What the task requires:
Only the lines below from the one containing "#71=CARTESIAN_POINT('',(-44.45,0.,1.825625));" to the one containing "#84=CARTESIAN_POINT('',(-44.45,0.,1.031875));" should be repeated, both included and unchanged.

[The records Boundary: Start]

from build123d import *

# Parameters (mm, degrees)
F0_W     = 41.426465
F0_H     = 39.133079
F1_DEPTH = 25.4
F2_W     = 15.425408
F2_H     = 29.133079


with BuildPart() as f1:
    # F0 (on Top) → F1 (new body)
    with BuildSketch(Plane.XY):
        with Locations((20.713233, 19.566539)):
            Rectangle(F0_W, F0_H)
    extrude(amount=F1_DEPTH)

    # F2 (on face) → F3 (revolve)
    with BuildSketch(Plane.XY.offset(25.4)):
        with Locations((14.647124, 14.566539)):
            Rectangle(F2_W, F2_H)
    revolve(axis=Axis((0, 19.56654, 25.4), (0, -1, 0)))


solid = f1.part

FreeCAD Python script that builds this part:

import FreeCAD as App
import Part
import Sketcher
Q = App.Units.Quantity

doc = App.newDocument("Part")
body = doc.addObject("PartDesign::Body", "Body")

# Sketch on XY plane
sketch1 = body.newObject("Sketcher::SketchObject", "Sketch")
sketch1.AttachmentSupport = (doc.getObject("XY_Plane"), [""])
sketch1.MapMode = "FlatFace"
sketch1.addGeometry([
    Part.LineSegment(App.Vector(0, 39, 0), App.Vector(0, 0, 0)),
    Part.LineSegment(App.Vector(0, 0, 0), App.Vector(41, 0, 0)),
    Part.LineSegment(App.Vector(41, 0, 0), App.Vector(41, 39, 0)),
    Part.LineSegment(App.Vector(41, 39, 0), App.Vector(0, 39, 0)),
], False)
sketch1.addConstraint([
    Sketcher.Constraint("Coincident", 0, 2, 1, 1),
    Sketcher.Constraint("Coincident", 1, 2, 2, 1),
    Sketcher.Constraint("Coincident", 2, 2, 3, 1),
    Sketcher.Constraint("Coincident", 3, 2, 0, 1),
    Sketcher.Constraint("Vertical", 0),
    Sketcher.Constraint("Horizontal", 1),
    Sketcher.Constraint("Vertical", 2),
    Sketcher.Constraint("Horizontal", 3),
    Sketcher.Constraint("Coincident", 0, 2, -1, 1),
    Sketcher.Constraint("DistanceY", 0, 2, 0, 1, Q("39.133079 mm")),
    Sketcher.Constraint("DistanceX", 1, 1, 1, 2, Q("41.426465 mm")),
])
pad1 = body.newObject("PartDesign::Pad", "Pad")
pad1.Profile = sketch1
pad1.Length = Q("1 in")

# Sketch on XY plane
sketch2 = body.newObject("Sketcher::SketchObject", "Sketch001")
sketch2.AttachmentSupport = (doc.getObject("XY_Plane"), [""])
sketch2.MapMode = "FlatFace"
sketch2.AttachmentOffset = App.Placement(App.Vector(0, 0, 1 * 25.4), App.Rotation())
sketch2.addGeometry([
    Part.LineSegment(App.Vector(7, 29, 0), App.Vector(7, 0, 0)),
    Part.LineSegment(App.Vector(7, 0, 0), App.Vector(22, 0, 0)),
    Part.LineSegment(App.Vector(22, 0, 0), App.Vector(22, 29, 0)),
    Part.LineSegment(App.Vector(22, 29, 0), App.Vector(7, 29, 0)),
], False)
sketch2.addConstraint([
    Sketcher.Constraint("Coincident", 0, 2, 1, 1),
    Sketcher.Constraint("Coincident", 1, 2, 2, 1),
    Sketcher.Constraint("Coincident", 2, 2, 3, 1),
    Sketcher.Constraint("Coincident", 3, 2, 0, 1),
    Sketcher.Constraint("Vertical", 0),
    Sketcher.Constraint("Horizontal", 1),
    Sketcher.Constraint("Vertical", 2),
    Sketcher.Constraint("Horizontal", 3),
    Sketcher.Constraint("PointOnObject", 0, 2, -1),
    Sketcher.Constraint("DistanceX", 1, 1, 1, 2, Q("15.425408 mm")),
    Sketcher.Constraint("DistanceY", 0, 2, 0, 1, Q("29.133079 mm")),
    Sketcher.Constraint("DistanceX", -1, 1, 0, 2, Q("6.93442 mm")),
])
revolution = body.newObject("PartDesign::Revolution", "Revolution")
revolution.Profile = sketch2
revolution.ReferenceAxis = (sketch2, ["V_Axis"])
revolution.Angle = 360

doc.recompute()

[The records Boundary: End]
[The records Boundary: Start]

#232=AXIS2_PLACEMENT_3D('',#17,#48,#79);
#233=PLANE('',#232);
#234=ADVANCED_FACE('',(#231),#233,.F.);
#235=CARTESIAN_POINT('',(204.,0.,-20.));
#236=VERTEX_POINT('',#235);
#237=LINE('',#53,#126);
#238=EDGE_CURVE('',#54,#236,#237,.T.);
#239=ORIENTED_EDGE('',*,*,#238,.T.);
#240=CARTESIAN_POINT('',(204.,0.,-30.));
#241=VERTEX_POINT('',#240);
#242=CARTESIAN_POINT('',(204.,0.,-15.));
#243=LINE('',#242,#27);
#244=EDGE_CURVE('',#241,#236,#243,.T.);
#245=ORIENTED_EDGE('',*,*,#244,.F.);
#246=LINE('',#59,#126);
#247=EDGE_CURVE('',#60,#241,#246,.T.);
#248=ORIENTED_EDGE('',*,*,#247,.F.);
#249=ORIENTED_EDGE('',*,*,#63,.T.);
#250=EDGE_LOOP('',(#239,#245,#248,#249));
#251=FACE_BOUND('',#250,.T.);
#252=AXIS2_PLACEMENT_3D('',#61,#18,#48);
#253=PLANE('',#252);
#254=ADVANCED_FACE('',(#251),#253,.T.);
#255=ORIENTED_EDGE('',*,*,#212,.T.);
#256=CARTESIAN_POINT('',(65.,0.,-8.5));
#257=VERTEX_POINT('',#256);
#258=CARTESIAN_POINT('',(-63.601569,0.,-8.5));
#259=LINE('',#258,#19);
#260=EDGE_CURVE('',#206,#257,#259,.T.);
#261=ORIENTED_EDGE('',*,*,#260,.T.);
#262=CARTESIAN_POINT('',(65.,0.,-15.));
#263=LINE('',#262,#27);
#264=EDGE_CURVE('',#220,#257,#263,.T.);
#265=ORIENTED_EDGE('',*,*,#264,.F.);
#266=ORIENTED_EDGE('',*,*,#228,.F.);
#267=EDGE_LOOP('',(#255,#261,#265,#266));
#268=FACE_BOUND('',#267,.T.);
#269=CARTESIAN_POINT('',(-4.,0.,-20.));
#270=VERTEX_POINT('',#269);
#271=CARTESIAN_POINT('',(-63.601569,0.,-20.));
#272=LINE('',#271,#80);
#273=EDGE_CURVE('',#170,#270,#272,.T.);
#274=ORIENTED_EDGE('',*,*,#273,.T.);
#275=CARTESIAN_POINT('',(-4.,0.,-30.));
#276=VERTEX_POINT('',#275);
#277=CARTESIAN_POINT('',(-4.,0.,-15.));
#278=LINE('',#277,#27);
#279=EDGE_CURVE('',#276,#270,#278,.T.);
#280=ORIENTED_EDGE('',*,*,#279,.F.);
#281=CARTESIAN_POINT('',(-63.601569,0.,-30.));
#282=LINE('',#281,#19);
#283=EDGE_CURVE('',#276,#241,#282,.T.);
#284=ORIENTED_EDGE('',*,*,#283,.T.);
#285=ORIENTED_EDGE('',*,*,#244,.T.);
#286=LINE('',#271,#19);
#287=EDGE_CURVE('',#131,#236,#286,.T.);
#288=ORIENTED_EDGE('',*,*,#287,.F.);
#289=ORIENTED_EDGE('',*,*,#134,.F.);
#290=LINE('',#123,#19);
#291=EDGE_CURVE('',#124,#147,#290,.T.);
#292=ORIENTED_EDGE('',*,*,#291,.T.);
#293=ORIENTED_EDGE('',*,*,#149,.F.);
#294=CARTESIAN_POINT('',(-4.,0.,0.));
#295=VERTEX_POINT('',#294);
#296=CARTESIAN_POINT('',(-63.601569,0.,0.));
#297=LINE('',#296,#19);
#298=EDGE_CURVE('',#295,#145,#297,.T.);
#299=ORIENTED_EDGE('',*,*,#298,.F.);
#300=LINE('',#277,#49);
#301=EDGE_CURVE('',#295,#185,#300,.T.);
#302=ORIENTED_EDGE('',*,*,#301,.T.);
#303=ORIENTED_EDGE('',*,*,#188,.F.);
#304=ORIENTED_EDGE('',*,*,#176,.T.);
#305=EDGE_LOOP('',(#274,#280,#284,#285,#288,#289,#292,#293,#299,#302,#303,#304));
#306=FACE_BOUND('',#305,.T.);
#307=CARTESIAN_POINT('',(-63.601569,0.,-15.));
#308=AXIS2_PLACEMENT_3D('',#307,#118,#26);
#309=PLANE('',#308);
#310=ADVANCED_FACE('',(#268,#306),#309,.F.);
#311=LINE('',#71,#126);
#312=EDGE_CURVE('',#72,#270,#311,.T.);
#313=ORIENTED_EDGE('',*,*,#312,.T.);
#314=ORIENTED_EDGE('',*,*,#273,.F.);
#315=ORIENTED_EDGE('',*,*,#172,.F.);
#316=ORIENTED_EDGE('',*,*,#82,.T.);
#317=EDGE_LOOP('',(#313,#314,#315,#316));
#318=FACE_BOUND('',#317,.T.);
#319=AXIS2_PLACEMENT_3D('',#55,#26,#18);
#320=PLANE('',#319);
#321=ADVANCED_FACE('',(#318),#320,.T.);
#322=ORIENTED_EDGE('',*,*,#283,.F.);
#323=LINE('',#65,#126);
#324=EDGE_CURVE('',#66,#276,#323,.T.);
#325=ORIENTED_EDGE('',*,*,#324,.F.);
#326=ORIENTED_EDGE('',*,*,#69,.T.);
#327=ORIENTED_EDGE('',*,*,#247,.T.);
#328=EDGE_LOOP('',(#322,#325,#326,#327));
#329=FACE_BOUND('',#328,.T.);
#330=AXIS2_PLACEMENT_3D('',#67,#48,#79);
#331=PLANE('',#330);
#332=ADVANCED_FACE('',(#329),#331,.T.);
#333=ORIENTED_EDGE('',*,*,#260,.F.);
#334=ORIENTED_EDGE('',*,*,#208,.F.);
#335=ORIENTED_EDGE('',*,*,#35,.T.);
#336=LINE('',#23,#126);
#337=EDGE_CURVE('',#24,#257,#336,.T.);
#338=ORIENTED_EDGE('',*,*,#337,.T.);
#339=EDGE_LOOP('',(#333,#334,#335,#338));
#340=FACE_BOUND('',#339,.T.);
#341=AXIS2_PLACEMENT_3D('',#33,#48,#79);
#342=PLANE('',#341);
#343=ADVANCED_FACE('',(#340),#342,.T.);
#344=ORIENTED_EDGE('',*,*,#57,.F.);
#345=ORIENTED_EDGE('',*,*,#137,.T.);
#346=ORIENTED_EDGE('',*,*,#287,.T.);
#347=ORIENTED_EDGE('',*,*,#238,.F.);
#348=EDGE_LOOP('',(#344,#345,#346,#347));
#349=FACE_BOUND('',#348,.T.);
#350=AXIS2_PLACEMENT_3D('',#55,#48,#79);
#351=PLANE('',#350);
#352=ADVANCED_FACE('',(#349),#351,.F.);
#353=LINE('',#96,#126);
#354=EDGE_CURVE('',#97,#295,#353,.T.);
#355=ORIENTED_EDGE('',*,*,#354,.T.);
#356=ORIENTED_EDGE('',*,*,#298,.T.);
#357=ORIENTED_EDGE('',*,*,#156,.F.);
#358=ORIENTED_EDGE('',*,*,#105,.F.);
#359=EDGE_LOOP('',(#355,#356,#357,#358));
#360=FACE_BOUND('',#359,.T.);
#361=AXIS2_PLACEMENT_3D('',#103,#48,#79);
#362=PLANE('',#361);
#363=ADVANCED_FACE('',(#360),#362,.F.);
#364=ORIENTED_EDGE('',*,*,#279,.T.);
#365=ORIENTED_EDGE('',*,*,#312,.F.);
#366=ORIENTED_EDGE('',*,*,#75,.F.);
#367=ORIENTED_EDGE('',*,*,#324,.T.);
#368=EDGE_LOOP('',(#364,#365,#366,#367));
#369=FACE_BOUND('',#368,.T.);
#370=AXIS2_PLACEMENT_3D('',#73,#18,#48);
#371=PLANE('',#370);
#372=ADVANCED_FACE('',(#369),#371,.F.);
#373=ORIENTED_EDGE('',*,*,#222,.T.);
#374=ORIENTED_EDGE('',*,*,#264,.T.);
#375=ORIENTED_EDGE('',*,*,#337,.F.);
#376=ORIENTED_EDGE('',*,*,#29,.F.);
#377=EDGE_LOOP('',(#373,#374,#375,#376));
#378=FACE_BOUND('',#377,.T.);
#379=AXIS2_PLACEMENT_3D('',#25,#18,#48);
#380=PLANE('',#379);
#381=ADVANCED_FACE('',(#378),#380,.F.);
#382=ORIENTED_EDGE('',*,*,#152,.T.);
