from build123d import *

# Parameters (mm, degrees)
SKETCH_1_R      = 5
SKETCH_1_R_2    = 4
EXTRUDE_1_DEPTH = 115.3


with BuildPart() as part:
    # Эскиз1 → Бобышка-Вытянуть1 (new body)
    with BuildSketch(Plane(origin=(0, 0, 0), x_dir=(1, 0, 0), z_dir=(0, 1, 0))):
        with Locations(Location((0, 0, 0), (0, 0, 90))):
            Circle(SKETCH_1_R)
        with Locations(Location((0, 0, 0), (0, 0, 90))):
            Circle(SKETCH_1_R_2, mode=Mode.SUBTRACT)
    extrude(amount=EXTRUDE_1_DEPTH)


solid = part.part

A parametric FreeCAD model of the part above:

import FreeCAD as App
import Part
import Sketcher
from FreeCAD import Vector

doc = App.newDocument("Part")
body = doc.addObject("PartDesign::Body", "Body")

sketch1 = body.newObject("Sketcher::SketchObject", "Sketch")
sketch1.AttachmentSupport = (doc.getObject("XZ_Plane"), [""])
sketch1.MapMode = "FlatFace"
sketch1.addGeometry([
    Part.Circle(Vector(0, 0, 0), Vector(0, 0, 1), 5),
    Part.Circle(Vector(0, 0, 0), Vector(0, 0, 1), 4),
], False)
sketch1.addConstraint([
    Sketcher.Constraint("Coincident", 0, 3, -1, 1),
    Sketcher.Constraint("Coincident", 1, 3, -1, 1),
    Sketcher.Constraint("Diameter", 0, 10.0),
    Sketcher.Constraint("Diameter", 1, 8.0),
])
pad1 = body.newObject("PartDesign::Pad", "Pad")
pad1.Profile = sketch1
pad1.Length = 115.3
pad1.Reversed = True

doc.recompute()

[The records Boundary: End]
[The records Boundary: Start]

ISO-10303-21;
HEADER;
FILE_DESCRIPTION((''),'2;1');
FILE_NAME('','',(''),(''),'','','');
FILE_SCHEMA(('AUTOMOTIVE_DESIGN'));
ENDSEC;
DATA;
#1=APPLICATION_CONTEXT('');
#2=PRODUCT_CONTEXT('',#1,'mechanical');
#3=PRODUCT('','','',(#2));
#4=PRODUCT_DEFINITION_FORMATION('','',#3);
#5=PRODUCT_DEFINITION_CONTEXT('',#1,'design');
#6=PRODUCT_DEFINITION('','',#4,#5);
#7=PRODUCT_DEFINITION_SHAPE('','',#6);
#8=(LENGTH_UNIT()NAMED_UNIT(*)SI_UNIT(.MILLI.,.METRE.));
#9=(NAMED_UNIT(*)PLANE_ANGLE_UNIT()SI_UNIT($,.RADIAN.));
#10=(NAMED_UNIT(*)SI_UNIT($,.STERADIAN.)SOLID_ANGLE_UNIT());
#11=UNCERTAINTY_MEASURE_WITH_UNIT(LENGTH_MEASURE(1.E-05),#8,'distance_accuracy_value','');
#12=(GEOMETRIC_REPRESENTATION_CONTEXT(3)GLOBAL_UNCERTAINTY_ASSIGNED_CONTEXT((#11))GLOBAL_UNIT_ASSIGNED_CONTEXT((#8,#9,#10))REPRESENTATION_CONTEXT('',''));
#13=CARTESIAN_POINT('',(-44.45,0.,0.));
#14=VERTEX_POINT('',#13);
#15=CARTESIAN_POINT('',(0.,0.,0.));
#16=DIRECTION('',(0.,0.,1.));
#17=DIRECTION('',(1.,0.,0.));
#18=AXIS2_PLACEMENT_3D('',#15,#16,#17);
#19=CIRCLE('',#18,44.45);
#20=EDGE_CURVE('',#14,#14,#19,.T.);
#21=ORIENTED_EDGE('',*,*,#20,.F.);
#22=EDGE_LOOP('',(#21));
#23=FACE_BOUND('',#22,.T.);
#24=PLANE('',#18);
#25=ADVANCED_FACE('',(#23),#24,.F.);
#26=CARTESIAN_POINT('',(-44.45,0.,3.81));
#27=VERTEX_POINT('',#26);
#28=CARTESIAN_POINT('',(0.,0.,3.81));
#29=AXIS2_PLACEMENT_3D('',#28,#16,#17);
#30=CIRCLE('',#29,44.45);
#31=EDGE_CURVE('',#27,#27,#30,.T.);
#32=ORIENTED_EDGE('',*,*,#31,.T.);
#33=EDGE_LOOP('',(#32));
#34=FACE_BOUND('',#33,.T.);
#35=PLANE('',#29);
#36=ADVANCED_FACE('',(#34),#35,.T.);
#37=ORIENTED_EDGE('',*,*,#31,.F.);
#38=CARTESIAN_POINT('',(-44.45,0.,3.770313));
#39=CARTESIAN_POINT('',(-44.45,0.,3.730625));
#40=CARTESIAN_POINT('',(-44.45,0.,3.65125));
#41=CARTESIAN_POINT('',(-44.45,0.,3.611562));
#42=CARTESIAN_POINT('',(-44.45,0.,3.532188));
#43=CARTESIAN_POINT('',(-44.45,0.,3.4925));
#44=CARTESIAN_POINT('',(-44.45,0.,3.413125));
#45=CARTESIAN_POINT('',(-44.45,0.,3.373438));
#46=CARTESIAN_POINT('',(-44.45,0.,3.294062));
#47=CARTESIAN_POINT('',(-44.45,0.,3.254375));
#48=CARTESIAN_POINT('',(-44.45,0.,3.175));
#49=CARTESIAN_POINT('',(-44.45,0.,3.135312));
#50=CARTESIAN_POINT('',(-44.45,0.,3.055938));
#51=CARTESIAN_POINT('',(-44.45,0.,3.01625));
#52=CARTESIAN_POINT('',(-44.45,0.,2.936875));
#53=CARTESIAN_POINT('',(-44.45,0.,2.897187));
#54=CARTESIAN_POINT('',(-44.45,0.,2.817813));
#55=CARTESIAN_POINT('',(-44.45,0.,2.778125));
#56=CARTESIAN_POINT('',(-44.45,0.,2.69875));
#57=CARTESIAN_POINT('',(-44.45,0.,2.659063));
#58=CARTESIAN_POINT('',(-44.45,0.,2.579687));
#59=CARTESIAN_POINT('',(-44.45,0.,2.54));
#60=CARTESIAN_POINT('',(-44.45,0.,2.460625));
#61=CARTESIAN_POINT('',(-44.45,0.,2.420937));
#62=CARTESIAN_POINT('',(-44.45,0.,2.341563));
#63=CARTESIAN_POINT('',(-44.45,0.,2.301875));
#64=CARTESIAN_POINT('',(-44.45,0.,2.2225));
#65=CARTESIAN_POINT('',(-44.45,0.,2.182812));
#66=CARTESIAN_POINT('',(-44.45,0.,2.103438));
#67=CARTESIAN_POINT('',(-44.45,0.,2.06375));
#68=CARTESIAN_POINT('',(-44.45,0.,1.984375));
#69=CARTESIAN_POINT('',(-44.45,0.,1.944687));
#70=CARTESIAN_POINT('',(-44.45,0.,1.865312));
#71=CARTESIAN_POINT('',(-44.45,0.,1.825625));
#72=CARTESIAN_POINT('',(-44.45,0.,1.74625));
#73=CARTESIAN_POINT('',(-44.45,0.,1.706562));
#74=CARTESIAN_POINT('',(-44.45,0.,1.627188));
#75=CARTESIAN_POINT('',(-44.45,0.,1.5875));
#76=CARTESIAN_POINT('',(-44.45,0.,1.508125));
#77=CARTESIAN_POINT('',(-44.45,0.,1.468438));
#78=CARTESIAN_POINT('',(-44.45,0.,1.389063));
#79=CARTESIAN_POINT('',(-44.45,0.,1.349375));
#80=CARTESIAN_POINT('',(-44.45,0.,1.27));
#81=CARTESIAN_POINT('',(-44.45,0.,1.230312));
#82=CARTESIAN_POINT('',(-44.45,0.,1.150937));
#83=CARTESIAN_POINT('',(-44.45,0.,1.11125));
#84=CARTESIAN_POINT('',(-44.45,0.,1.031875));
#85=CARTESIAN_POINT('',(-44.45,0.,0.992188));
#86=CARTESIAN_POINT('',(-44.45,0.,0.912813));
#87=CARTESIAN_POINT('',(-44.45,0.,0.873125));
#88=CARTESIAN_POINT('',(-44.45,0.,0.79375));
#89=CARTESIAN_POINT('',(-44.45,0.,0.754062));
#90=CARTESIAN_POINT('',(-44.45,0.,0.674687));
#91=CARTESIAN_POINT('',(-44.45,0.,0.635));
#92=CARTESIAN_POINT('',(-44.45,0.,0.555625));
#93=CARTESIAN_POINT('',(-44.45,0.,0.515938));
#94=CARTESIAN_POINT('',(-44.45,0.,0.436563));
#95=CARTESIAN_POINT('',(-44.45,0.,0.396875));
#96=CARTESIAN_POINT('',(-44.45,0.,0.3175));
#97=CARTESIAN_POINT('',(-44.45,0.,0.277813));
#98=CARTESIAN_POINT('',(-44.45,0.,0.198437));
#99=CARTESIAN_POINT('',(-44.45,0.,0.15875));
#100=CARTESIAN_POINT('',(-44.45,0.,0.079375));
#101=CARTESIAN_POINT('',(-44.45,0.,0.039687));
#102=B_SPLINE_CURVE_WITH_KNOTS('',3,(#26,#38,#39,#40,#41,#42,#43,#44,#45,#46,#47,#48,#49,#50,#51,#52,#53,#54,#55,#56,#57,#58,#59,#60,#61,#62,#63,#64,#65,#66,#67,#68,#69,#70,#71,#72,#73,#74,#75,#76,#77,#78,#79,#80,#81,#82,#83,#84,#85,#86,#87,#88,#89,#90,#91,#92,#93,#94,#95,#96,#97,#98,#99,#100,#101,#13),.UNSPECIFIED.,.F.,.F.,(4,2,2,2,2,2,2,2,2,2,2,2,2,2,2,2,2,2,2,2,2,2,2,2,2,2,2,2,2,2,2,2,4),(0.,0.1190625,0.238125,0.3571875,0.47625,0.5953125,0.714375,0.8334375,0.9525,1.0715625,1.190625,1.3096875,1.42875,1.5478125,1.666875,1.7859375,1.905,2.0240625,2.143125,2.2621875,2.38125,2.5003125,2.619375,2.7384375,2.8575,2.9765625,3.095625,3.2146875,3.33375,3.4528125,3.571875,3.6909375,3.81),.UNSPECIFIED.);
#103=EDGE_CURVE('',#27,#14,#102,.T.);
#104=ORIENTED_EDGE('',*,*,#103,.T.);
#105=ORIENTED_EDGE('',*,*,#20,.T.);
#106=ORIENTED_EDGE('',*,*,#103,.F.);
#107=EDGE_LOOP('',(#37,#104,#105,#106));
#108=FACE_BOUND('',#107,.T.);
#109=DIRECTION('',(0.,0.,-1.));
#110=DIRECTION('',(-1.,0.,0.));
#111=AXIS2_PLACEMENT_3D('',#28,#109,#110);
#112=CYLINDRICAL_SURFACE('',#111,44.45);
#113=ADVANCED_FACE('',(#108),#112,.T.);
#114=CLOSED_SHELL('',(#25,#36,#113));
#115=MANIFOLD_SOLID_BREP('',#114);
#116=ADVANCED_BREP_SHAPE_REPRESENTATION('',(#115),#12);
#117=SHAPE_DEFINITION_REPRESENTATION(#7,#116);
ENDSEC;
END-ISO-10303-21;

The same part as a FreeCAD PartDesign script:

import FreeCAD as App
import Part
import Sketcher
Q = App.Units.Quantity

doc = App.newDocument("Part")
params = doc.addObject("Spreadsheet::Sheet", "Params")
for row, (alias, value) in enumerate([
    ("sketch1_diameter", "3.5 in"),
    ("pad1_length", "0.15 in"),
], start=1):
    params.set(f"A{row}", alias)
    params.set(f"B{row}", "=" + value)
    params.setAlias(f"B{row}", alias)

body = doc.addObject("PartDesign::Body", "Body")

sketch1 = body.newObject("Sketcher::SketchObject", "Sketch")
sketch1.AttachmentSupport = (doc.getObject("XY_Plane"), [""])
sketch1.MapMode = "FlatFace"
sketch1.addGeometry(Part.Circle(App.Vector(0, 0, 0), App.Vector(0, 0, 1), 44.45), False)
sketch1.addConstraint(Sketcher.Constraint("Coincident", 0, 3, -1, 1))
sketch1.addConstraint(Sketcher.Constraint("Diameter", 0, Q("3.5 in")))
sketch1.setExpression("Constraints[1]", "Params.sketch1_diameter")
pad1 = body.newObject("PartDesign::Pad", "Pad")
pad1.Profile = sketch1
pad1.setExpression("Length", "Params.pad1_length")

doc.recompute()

[The records Boundary: End]

Expected answer:
#71=CARTESIAN_POINT('',(-44.45,0.,1.825625));
#72=CARTESIAN_POINT('',(-44.45,0.,1.74625));
#73=CARTESIAN_POINT('',(-44.45,0.,1.706562));
#74=CARTESIAN_POINT('',(-44.45,0.,1.627188));
#75=CARTESIAN_POINT('',(-44.45,0.,1.5875));
#76=CARTESIAN_POINT('',(-44.45,0.,1.508125));
#77=CARTESIAN_POINT('',(-44.45,0.,1.468438));
#78=CARTESIAN_POINT('',(-44.45,0.,1.389063));
#79=CARTESIAN_POINT('',(-44.45,0.,1.349375));
#80=CARTESIAN_POINT('',(-44.45,0.,1.27));
#81=CARTESIAN_POINT('',(-44.45,0.,1.230312));
#82=CARTESIAN_POINT('',(-44.45,0.,1.150937));
#83=CARTESIAN_POINT('',(-44.45,0.,1.11125));
#84=CARTESIAN_POINT('',(-44.45,0.,1.031875));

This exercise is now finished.